TASK STATEMENT
Please give back word for word the lines below, from the first one through the one with "Circle(SKETCH1_R)".

Stored items
==============================

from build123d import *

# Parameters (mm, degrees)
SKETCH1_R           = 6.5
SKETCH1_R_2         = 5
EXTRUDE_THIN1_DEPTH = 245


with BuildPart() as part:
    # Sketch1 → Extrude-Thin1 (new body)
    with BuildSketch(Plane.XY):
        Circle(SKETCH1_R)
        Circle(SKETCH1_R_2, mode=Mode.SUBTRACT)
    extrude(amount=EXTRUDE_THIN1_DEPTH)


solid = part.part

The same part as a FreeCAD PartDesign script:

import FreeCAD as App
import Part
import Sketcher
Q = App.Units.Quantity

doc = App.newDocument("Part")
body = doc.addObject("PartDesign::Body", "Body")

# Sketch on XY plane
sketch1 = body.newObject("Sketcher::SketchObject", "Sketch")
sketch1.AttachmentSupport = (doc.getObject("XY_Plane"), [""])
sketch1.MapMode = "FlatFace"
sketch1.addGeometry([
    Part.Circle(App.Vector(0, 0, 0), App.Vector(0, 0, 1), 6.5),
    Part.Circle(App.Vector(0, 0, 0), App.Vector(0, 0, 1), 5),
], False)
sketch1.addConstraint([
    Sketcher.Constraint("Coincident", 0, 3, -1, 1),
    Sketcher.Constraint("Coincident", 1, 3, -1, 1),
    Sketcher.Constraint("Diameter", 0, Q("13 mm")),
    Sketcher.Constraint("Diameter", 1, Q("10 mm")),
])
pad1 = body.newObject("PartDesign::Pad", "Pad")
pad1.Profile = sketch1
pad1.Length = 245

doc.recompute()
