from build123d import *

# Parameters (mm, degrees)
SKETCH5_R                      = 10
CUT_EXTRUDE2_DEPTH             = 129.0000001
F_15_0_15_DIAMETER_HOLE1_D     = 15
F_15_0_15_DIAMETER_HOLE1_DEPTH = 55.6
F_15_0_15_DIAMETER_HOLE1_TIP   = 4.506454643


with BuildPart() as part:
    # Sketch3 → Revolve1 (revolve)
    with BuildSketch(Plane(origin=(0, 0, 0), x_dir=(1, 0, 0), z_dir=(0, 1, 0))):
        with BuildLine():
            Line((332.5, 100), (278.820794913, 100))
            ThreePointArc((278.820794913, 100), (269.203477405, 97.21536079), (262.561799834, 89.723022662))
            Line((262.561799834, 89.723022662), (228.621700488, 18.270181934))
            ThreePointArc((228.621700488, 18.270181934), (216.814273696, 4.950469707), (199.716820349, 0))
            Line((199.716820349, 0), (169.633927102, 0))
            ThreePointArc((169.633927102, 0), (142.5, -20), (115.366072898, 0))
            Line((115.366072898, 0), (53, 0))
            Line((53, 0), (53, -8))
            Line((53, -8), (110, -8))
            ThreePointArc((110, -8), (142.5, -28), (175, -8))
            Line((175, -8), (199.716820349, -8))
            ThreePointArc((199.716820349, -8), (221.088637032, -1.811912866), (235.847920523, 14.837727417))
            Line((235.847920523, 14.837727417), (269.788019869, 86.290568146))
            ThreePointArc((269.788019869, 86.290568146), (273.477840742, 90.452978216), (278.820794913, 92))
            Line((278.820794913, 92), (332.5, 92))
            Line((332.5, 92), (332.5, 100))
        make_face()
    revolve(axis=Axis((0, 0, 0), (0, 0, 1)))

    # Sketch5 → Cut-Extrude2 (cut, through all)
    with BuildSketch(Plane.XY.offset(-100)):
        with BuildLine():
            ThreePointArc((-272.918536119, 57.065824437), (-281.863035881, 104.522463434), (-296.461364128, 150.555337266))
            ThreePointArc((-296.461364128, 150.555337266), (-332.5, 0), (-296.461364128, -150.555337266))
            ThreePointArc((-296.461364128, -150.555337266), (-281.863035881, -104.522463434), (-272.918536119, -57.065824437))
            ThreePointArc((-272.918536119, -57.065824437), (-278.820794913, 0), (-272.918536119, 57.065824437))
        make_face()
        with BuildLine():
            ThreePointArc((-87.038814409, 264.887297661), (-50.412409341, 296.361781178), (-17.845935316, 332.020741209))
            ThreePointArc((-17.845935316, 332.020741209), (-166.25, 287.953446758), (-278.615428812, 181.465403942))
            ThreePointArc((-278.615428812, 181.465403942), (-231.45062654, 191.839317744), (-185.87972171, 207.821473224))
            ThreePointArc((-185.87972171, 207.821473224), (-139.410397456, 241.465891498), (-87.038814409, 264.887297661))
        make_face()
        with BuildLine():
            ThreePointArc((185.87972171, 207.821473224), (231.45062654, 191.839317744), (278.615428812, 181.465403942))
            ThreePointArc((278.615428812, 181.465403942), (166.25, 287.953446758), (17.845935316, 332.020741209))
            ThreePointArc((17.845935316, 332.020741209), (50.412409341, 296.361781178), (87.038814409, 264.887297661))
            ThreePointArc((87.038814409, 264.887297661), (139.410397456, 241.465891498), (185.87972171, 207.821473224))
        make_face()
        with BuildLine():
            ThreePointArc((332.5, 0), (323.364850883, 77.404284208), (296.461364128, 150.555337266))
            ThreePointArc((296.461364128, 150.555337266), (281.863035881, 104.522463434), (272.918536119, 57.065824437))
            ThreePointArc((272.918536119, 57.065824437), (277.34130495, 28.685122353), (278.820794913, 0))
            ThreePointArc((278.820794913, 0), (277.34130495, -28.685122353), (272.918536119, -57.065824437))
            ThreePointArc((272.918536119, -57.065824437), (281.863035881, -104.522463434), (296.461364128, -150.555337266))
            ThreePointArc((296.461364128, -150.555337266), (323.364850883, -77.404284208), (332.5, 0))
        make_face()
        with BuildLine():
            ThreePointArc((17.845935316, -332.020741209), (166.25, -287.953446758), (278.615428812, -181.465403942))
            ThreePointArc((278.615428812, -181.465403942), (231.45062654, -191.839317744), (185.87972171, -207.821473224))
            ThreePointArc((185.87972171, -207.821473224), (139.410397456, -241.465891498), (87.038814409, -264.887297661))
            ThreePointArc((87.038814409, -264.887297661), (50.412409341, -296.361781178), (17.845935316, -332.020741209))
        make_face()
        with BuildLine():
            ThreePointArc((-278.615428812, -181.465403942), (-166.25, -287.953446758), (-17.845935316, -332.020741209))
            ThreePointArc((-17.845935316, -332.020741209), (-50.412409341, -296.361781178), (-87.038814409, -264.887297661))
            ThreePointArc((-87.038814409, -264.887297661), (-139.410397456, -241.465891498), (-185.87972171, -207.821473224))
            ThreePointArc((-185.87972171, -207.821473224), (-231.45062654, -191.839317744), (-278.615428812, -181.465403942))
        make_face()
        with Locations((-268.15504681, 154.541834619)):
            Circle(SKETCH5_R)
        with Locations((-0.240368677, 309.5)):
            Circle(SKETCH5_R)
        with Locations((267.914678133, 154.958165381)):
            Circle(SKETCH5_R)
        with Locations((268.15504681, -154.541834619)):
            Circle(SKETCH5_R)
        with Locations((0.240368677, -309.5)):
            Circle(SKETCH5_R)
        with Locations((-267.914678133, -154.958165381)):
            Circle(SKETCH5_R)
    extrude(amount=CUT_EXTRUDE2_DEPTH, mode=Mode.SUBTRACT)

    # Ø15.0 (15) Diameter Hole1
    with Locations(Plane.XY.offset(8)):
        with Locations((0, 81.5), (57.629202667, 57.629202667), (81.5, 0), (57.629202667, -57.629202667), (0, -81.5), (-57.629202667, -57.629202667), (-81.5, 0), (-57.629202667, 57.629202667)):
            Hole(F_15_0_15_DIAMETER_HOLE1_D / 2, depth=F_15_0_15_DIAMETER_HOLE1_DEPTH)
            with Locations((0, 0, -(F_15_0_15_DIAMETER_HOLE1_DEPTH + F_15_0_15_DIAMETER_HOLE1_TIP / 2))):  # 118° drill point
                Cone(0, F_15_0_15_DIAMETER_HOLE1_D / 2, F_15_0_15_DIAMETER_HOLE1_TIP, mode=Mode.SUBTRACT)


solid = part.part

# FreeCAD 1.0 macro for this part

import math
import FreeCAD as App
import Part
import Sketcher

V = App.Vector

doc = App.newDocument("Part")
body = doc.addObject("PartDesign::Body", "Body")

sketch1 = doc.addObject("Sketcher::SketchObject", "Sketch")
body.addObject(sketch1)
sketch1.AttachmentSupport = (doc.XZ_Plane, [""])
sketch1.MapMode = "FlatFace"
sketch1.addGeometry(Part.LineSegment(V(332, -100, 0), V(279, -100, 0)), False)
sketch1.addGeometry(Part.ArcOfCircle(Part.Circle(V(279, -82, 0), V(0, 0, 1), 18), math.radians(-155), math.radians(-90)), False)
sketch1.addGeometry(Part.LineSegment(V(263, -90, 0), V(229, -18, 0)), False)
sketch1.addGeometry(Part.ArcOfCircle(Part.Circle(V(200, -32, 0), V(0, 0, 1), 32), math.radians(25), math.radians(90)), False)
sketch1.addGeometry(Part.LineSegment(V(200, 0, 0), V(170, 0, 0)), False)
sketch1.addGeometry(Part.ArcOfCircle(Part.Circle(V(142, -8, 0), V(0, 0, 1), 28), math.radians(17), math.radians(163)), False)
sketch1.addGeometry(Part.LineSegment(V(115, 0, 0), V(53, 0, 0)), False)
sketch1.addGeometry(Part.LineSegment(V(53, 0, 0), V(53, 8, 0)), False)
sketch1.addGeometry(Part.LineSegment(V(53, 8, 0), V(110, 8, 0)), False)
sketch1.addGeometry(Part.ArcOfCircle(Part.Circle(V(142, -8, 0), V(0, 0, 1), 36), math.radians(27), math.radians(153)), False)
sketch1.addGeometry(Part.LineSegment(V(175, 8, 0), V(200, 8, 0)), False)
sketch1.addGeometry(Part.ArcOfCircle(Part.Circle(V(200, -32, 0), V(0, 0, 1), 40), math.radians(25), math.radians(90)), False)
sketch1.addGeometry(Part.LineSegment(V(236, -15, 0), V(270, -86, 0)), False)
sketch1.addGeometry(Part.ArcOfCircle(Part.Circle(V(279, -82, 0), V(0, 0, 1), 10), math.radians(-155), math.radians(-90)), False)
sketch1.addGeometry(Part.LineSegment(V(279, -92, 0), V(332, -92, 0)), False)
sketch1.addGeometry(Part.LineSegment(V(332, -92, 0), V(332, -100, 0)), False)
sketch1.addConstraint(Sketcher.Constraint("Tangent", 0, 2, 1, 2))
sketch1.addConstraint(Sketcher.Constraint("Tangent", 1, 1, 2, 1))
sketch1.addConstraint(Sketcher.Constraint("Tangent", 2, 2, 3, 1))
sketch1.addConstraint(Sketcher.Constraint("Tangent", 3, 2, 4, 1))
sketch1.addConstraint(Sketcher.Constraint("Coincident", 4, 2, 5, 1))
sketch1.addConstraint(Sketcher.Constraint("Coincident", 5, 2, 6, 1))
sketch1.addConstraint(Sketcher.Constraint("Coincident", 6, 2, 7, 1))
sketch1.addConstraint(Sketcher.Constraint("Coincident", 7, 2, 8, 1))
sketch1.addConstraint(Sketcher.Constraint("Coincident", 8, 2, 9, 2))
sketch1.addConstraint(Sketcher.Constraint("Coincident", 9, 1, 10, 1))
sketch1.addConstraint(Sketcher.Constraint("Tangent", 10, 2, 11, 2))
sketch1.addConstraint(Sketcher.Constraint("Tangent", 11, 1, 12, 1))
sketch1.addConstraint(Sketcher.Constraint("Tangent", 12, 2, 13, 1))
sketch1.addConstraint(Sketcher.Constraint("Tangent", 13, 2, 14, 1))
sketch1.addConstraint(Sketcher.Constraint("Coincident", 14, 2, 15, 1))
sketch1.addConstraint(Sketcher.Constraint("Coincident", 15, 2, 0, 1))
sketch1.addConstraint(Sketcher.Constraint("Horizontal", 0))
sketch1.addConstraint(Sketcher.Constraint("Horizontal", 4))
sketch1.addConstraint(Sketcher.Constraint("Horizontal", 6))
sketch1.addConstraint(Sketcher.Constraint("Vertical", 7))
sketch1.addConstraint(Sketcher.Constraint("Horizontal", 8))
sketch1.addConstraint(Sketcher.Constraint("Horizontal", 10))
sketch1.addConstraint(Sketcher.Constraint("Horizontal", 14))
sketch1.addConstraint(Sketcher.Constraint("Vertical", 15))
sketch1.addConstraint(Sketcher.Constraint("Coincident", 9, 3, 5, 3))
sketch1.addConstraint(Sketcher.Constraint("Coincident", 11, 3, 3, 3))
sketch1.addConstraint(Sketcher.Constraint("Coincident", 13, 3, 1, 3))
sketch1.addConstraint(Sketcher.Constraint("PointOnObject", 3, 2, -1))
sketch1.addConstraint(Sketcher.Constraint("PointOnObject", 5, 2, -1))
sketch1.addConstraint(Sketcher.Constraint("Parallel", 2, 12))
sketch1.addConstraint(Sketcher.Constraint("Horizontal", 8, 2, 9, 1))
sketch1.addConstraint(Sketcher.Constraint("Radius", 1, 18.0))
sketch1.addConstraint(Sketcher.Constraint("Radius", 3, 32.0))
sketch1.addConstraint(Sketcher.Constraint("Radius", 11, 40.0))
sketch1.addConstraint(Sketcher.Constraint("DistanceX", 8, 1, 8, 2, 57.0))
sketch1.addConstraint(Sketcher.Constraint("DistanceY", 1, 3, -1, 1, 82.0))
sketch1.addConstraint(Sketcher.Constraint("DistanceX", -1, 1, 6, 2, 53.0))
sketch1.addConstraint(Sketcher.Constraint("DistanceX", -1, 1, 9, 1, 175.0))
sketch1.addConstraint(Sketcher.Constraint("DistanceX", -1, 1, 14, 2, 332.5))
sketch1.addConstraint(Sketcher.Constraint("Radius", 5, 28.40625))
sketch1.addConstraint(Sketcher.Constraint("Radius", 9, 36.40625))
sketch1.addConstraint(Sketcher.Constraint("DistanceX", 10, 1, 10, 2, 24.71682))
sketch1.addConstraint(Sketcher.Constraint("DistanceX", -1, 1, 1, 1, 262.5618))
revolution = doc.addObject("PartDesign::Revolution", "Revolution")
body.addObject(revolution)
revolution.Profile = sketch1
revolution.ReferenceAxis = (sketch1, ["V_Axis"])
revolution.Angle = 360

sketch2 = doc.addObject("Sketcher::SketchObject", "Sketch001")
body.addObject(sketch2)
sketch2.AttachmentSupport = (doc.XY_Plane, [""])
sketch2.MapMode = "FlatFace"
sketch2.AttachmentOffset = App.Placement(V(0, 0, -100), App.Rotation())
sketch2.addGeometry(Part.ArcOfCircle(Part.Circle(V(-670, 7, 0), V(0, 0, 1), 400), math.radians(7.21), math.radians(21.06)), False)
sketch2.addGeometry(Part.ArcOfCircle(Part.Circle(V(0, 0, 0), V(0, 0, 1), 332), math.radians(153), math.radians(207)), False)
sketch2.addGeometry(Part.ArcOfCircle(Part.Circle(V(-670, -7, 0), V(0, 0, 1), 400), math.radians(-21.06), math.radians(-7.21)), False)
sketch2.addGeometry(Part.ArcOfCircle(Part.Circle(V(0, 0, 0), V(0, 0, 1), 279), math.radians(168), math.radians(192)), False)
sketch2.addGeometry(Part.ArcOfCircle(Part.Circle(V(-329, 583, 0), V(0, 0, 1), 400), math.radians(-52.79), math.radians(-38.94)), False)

==============================

SOLUTION TO THE PROBLEM
from build123d import *

# Parameters (mm, degrees)
SKETCH1_R           = 6.5
SKETCH1_R_2         = 5
EXTRUDE_THIN1_DEPTH = 245


with BuildPart() as part:
    # Sketch1 → Extrude-Thin1 (new body)
    with BuildSketch(Plane.XY):
        Circle(SKETCH1_R)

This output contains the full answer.